Yuanlu Xu's Homepage

Marching with Humility, Humor and Curiosity.

General Introduction

We propose a patch-based object tracking algorithm which provides both good enough robustness and computational efficiency.

Our algorithm learns and maintains Composite Patch-based Templates (CPT) of the tracking target. The CPT model is initially established by maximizing the discriminability of the composite templates given the first frame, and automatically updated on-line by adding new effective composite patches and deleting old invalid ones. The inference of the target location is achieved by matching each composite template across frames. By this means the proposed algorithm can effectively track targets with partial occlusions or significant appearance variations.

Experimental results demonstrate that the proposed algorithm outperforms both Mutilple Instance Learning [3] and Ensemble Tracking algorithms [4].

Representation

As illustrated in Fig.1, the CPT model is constructed by first extracting and selecting image patches from the tracking window, by maximizing the difference with the background.

Fig.1 The construction of CPT model.

For each image patch, three types of features, LOG, CS-LBP, and RGB histogam, are applied to capture the local statistics of edge, texture and flatness.

Tracking Algorithm

Target Location Inference

When a new frame appears, we employ KL distance to measure the similarity between two composite patches and traverse peripheral regions around every composite patch in CPT to find the matching patch. The target location in the new frame is computed as the weighted sum of offsets of all matched patches.

Online Model Maintenance

The on-line maintenance mechanism is divided into two steps: firstly, we construct a candidate set from the new frame; secondly, we select composite patches from both and the matching patch set by maximizing the discriminability of CPT model.

Experiments

We collect 3 test videos to verify our approach, one video of the human face from Multiple Instance Learning (MIL) and two surveillance videos from the internet. We compare the proposed method (CPT) with two state-of-the-art algorithms: MIL and Ensemble Tracking (Ensemble). A number of sampled tracking results are shown in Fig.2. Severe body variations and large-scale occlusions take place in above datasets.

Fig.2 Sampled results of our tracking methods.

To quantitatively evaluate the performance of our method, we compute the average tracking error with manually labeled groundtruth of the tracking target location, as shown in Fig.3.
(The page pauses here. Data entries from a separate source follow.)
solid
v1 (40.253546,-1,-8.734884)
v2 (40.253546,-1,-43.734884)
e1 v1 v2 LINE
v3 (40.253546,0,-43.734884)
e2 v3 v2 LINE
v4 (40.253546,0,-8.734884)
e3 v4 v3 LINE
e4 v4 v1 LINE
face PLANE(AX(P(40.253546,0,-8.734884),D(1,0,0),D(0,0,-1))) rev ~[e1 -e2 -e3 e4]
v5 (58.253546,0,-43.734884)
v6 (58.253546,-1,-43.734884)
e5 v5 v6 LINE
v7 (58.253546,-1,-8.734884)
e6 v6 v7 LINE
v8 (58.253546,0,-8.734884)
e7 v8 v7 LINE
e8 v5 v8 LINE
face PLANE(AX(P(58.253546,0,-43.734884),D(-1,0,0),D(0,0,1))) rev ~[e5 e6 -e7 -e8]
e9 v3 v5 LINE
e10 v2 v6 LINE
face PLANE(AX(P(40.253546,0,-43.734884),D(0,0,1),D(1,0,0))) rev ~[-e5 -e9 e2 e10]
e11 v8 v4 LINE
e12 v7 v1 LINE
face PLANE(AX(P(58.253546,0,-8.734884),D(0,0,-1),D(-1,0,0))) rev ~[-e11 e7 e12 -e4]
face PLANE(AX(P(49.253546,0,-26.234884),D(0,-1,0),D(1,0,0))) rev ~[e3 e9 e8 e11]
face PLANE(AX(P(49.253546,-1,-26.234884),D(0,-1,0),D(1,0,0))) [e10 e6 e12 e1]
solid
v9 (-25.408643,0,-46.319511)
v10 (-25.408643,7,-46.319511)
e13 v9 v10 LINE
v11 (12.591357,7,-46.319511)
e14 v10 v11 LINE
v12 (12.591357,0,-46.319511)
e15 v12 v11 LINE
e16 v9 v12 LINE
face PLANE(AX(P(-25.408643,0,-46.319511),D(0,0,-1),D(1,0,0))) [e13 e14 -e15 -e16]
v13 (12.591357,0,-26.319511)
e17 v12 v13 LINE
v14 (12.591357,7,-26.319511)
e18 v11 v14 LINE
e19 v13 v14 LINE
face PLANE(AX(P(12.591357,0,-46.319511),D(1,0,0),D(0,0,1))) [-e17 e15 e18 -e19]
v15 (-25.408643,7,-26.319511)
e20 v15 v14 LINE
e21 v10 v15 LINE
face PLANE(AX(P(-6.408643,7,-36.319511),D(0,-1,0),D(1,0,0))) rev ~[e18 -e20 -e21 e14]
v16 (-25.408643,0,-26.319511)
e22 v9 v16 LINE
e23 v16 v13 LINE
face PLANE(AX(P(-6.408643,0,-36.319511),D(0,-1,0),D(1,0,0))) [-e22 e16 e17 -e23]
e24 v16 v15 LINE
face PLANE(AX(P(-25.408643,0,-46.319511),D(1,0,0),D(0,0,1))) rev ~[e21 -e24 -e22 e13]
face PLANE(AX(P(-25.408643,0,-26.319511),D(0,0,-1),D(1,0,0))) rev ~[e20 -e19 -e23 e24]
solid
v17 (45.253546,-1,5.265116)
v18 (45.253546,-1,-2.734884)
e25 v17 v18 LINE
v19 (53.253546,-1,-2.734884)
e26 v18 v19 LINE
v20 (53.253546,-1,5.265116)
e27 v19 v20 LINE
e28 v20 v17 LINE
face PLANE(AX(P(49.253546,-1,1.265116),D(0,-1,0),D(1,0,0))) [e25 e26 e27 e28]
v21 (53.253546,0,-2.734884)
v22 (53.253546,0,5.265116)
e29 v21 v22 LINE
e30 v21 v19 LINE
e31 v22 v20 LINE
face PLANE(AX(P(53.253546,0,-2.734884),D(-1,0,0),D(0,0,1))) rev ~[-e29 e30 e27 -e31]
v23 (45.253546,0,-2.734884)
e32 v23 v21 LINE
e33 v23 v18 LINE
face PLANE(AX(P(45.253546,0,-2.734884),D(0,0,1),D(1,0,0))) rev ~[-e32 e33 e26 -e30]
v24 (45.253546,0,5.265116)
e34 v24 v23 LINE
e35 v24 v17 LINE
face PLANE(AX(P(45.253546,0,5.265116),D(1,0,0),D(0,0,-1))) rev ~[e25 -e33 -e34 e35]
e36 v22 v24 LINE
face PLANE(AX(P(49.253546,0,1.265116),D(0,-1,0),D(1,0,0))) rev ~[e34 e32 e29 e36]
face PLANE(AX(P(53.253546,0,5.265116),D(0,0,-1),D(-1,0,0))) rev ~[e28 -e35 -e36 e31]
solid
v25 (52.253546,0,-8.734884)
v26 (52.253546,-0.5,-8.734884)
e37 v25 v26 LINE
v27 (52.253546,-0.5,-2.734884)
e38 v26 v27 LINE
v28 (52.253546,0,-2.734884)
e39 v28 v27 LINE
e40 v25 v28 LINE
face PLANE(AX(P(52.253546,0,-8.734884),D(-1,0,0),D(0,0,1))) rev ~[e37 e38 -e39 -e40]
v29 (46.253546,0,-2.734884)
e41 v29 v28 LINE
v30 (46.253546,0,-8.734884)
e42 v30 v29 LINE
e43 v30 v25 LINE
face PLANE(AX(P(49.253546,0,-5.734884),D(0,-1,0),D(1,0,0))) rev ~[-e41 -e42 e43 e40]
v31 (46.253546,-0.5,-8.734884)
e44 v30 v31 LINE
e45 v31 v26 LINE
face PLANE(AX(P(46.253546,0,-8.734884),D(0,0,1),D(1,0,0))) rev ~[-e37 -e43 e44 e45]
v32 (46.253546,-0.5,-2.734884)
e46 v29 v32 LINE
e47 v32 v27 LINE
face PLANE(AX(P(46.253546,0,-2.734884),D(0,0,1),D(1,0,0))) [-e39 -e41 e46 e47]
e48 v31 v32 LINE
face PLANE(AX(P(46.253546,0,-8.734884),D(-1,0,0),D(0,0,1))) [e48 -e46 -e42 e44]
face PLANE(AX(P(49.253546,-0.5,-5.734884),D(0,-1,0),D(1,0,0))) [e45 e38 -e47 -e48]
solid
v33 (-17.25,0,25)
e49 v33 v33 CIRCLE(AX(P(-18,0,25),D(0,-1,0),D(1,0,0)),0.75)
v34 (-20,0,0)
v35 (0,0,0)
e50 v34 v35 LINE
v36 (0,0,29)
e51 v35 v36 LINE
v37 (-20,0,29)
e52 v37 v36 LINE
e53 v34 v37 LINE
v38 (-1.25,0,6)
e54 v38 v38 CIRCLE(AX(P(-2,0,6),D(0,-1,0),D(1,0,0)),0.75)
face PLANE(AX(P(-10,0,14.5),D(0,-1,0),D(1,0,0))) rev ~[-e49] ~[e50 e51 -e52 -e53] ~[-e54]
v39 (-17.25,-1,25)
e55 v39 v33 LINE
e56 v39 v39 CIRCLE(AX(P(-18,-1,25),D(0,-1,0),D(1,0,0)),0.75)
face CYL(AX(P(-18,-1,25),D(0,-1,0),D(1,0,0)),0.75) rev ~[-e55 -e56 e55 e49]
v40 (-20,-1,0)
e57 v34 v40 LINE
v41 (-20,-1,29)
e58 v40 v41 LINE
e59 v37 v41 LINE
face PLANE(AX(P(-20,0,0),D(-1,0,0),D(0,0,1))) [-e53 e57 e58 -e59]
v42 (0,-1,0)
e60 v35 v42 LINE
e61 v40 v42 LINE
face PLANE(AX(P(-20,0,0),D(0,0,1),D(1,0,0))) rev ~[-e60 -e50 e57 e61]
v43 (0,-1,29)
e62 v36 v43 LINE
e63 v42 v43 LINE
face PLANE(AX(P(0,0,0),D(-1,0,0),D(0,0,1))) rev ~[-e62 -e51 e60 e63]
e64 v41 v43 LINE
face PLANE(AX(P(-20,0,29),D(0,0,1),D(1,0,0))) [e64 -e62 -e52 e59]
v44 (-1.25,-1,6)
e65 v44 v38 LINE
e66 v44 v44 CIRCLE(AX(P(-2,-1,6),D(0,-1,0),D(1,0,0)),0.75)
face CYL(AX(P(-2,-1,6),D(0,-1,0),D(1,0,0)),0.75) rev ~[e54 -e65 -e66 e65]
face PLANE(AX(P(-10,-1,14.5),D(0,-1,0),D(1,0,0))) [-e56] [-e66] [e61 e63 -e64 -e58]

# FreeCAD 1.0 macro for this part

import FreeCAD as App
import Part
import Sketcher
from FreeCAD import Vector

doc = App.newDocument("Part")
body = doc.addObject("PartDesign::Body", "Body")

sketch1 = body.newObject("Sketcher::SketchObject", "Sketch")
sketch1.AttachmentSupport = (doc.getObject("XZ_Plane"), [""])
sketch1.MapMode = "FlatFace"
sketch1.addGeometry([
    Part.LineSegment(Vector(-20, 29, 0), Vector(-20, 0, 0)),
    Part.LineSegment(Vector(-20, 0, 0), Vector(0, 0, 0)),
    Part.LineSegment(Vector(0, 0, 0), Vector(0, 29, 0)),
    Part.LineSegment(Vector(0, 29, 0), Vector(-20, 29, 0)),
], False)
sketch1.addConstraint([
    Sketcher.Constraint("Coincident", 0, 2, 1, 1),
    Sketcher.Constraint("Coincident", 1, 2, 2, 1),
    Sketcher.Constraint("Coincident", 2, 2, 3, 1),
    Sketcher.Constraint("Coincident", 3, 2, 0, 1),
    Sketcher.Constraint("Vertical", 0),
    Sketcher.Constraint("Horizontal", 1),
    Sketcher.Constraint("Vertical", 2),
    Sketcher.Constraint("Horizontal", 3),
    Sketcher.Constraint("Coincident", 1, 2, -1, 1),
    Sketcher.Constraint("DistanceX", 1, 1, 1, 2, 20.0),
    Sketcher.Constraint("DistanceY", 0, 2, 0, 1, 29.0),
])
pad1 = body.newObject("PartDesign::Pad", "Pad")
pad1.Profile = sketch1
pad1.Length = 1

sketch2 = body.newObject("Sketcher::SketchObject", "Sketch001")
sketch2.AttachmentSupport = (doc.getObject("XZ_Plane"), [""])
sketch2.MapMode = "FlatFace"
sketch2.AttachmentOffset = App.Placement(Vector(0, 0, 1), App.Rotation())
sketch2.addGeometry([
    Part.Circle(Vector(-2, 6, 0), Vector(0, 0, 1), 0.75),
    Part.Circle(Vector(-18, 25, 0), Vector(0, 0, 1), 0.75),
], False)
sketch2.addConstraint([
    Sketcher.Constraint("Equal", 0, 1),
    Sketcher.Constraint("Diameter", 0, 1.5),
    Sketcher.Constraint("DistanceX", 0, 3, -1, 1, 2.0),
    Sketcher.Constraint("DistanceY", -1, 1, 0, 3, 6.0),
    Sketcher.Constraint("DistanceX", 1, 3, -1, 1, 18.0),
    Sketcher.Constraint("DistanceY", -1, 1, 1, 3, 25.0),
])
pocket1 = body.newObject("PartDesign::Pocket", "Pocket")
pocket1.Profile = sketch2
pocket1.Length = 25
body2 = doc.addObject("PartDesign::Body", "Body001")
body2.AllowCompound = True

sketch3 = body2.newObject("Sketcher::SketchObject", "Sketch002")
sketch3.AttachmentSupport = (doc.getObject("XZ_Plane001"), [""])
sketch3.MapMode = "FlatFace"
sketch3.addGeometry([
    Part.LineSegment(Vector(40.253546, -43.734884, 0), Vector(58.253546, -43.734884, 0)),
    Part.LineSegment(Vector(58.253546, -43.734884, 0), Vector(58.253546, -8.734884, 0)),
    Part.LineSegment(Vector(58.253546, -8.734884, 0), Vector(40.253546, -8.734884, 0)),
    Part.LineSegment(Vector(40.253546, -8.734884, 0), Vector(40.253546, -43.734884, 0)),
    Part.LineSegment(Vector(53.253546, -2.734884, 0), Vector(53.253546, 5.265116, 0)),
    Part.LineSegment(Vector(53.253546, 5.265116, 0), Vector(45.253546, 5.265116, 0)),
    Part.LineSegment(Vector(45.253546, 5.265116, 0), Vector(45.253546, -2.734884, 0)),
    Part.LineSegment(Vector(45.253546, -2.734884, 0), Vector(53.253546, -2.734884, 0)),
], False)
sketch3.addConstraint([
    Sketcher.Constraint("Coincident", 0, 2, 1, 1),
    Sketcher.Constraint("Coincident", 1, 2, 2, 1),
    Sketcher.Constraint("Coincident", 2, 2, 3, 1),
    Sketcher.Constraint("Coincident", 3, 2, 0, 1),
    Sketcher.Constraint("Coincident", 4, 2, 5, 1),
    Sketcher.Constraint("Coincident", 5, 2, 6, 1),
    Sketcher.Constraint("Coincident", 6, 2, 7, 1),
    Sketcher.Constraint("Coincident", 7, 2, 4, 1),
    Sketcher.Constraint("Horizontal", 0),
    Sketcher.Constraint("Vertical", 1),
    Sketcher.Constraint("Horizontal", 2),
    Sketcher.Constraint("Vertical", 3),
    Sketcher.Constraint("Vertical", 4),
    Sketcher.Constraint("Horizontal", 5),
    Sketcher.Constraint("Vertical", 6),
    Sketcher.Constraint("Horizontal", 7),
    Sketcher.Constraint("Equal", 7, 4),
    Sketcher.Constraint("DistanceX", 0, 1, 0, 2, 18.0),
    Sketcher.Constraint("DistanceX", 5, 2, 5, 1, 8.0),
    Sketcher.Constraint("DistanceY", 1, 1, 1, 2, 35.0),
    Sketcher.Constraint("DistanceX", 4, 2, 1, 2, 5.0),
    Sketcher.Constraint("DistanceY", 1, 2, 4, 2, 14.0),
    Sketcher.Constraint("DistanceX", -1, 1, 0, 2, 58.253546),
    Sketcher.Constraint("DistanceY", 0, 2, -1, 1, 43.734884),
])
pad2 = body2.newObject("PartDesign::Pad", "Pad001")
pad2.Profile = sketch3
pad2.Length = 1
body3 = doc.addObject("PartDesign::Body", "Body002")

sketch4 = body3.newObject("Sketcher::SketchObject", "Sketch003")
sketch4.AttachmentSupport = (doc.getObject("XZ_Plane002"), [""])
sketch4.MapMode = "FlatFace"
sketch4.addGeometry([
    Part.LineSegment(Vector(46.253546, -2.734884, 0), Vector(46.253546, -8.734884, 0)),
    Part.LineSegment(Vector(46.253546, -8.734884, 0), Vector(52.253546, -8.734884, 0)),
    Part.LineSegment(Vector(52.253546, -8.734884, 0), Vector(52.253546, -2.734884, 0)),
    Part.LineSegment(Vector(52.253546, -2.734884, 0), Vector(46.253546, -2.734884, 0)),
], False)
sketch4.addConstraint([
    Sketcher.Constraint("Coincident", 0, 2, 1, 1),
    Sketcher.Constraint("Coincident", 1, 2, 2, 1),
    Sketcher.Constraint("Coincident", 2, 2, 3, 1),
    Sketcher.Constraint("Coincident", 3, 2, 0, 1),
    Sketcher.Constraint("Vertical", 0),
    Sketcher.Constraint("Horizontal", 1),
    Sketcher.Constraint("Vertical", 2),
    Sketcher.Constraint("Horizontal", 3),
    Sketcher.Constraint("Equal", 3, 0),
    Sketcher.Constraint("DistanceX", 1, 1, 1, 2, 6.0),
    Sketcher.Constraint("DistanceX", -1, 1, 0, 2, 46.253546),
    Sketcher.Constraint("DistanceY", 0, 2, -1, 1, 8.734884),
])
pad3 = body3.newObject("PartDesign::Pad", "Pad002")
pad3.Profile = sketch4
pad3.Length = 0.5
body4 = doc.addObject("PartDesign::Body", "Body003")

sketch5 = body4.newObject("Sketcher::SketchObject", "Sketch004")
sketch5.AttachmentSupport = (doc.getObject("XZ_Plane003"), [""])
sketch5.MapMode = "FlatFace"
sketch5.addGeometry([
    Part.LineSegment(Vector(-25.408643, -26.319511, 0), Vector(-25.408643, -46.319511, 0)),
    Part.LineSegment(Vector(-25.408643, -46.319511, 0), Vector(12.591357, -46.319511, 0)),
    Part.LineSegment(Vector(12.591357, -46.319511, 0), Vector(12.591357, -26.319511, 0)),
    Part.LineSegment(Vector(12.591357, -26.319511, 0), Vector(-25.408643, -26.319511, 0)),
], False)
sketch5.addConstraint([
    Sketcher.Constraint("Coincident", 0, 2, 1, 1),
    Sketcher.Constraint("Coincident", 1, 2, 2, 1),
    Sketcher.Constraint("Coincident", 2, 2, 3, 1),
    Sketcher.Constraint("Coincident", 3, 2, 0, 1),
    Sketcher.Constraint("Vertical", 0),
    Sketcher.Constraint("Horizontal", 1),
    Sketcher.Constraint("Vertical", 2),
    Sketcher.Constraint("Horizontal", 3),
    Sketcher.Constraint("DistanceX", 1, 1, 1, 2, 38.0),
    Sketcher.Constraint("DistanceY", 0, 2, 0, 1, 20.0),
    Sketcher.Constraint("DistanceY", 0, 2, -1, 1, 46.319511),
    Sketcher.Constraint("DistanceX", 0, 2, -1, 1, 25.408643),
])
pad4 = body4.newObject("PartDesign::Pad", "Pad003")
pad4.Profile = sketch5
pad4.Length = 7
pad4.Reversed = True

doc.recompute()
Fig.3 Quantitative comparisons of our approach, MIL and Ensemble on 3 datasets.

Reference

  • [1] Realtime Object-of-Interest Tracking by Learning Composite Patch-Based Templates. Y. Xu, H. Zhou, Q. Wang, L. Lin. In Proc. International Conference on Image Processing (ICIP), 2012. [pdf]
  • [2] Adaptive Object Tracking by Learning Hybrid Template Online. X. Liu, L. Lin, S. Yan, H. Jin, and W. Jiang. IEEE Transactions on Circuits and Systems for Video Technology (TCSVT), 21(11), 1588–1599, 2011.
  • [3] Visual Tracking with Online Multiple Instance Learning. B. Babenko, M. Yang and S. Belongie. In Proc. of IEEE International Conference on Computer Vision and Pattern Recogntion (CVPR), 2009.
  • [4] Ensemble tracking. S. Avidan. In Proc. of IEEE International Conference on Computer Vision and Pattern Recogntion (CVPR), 2005.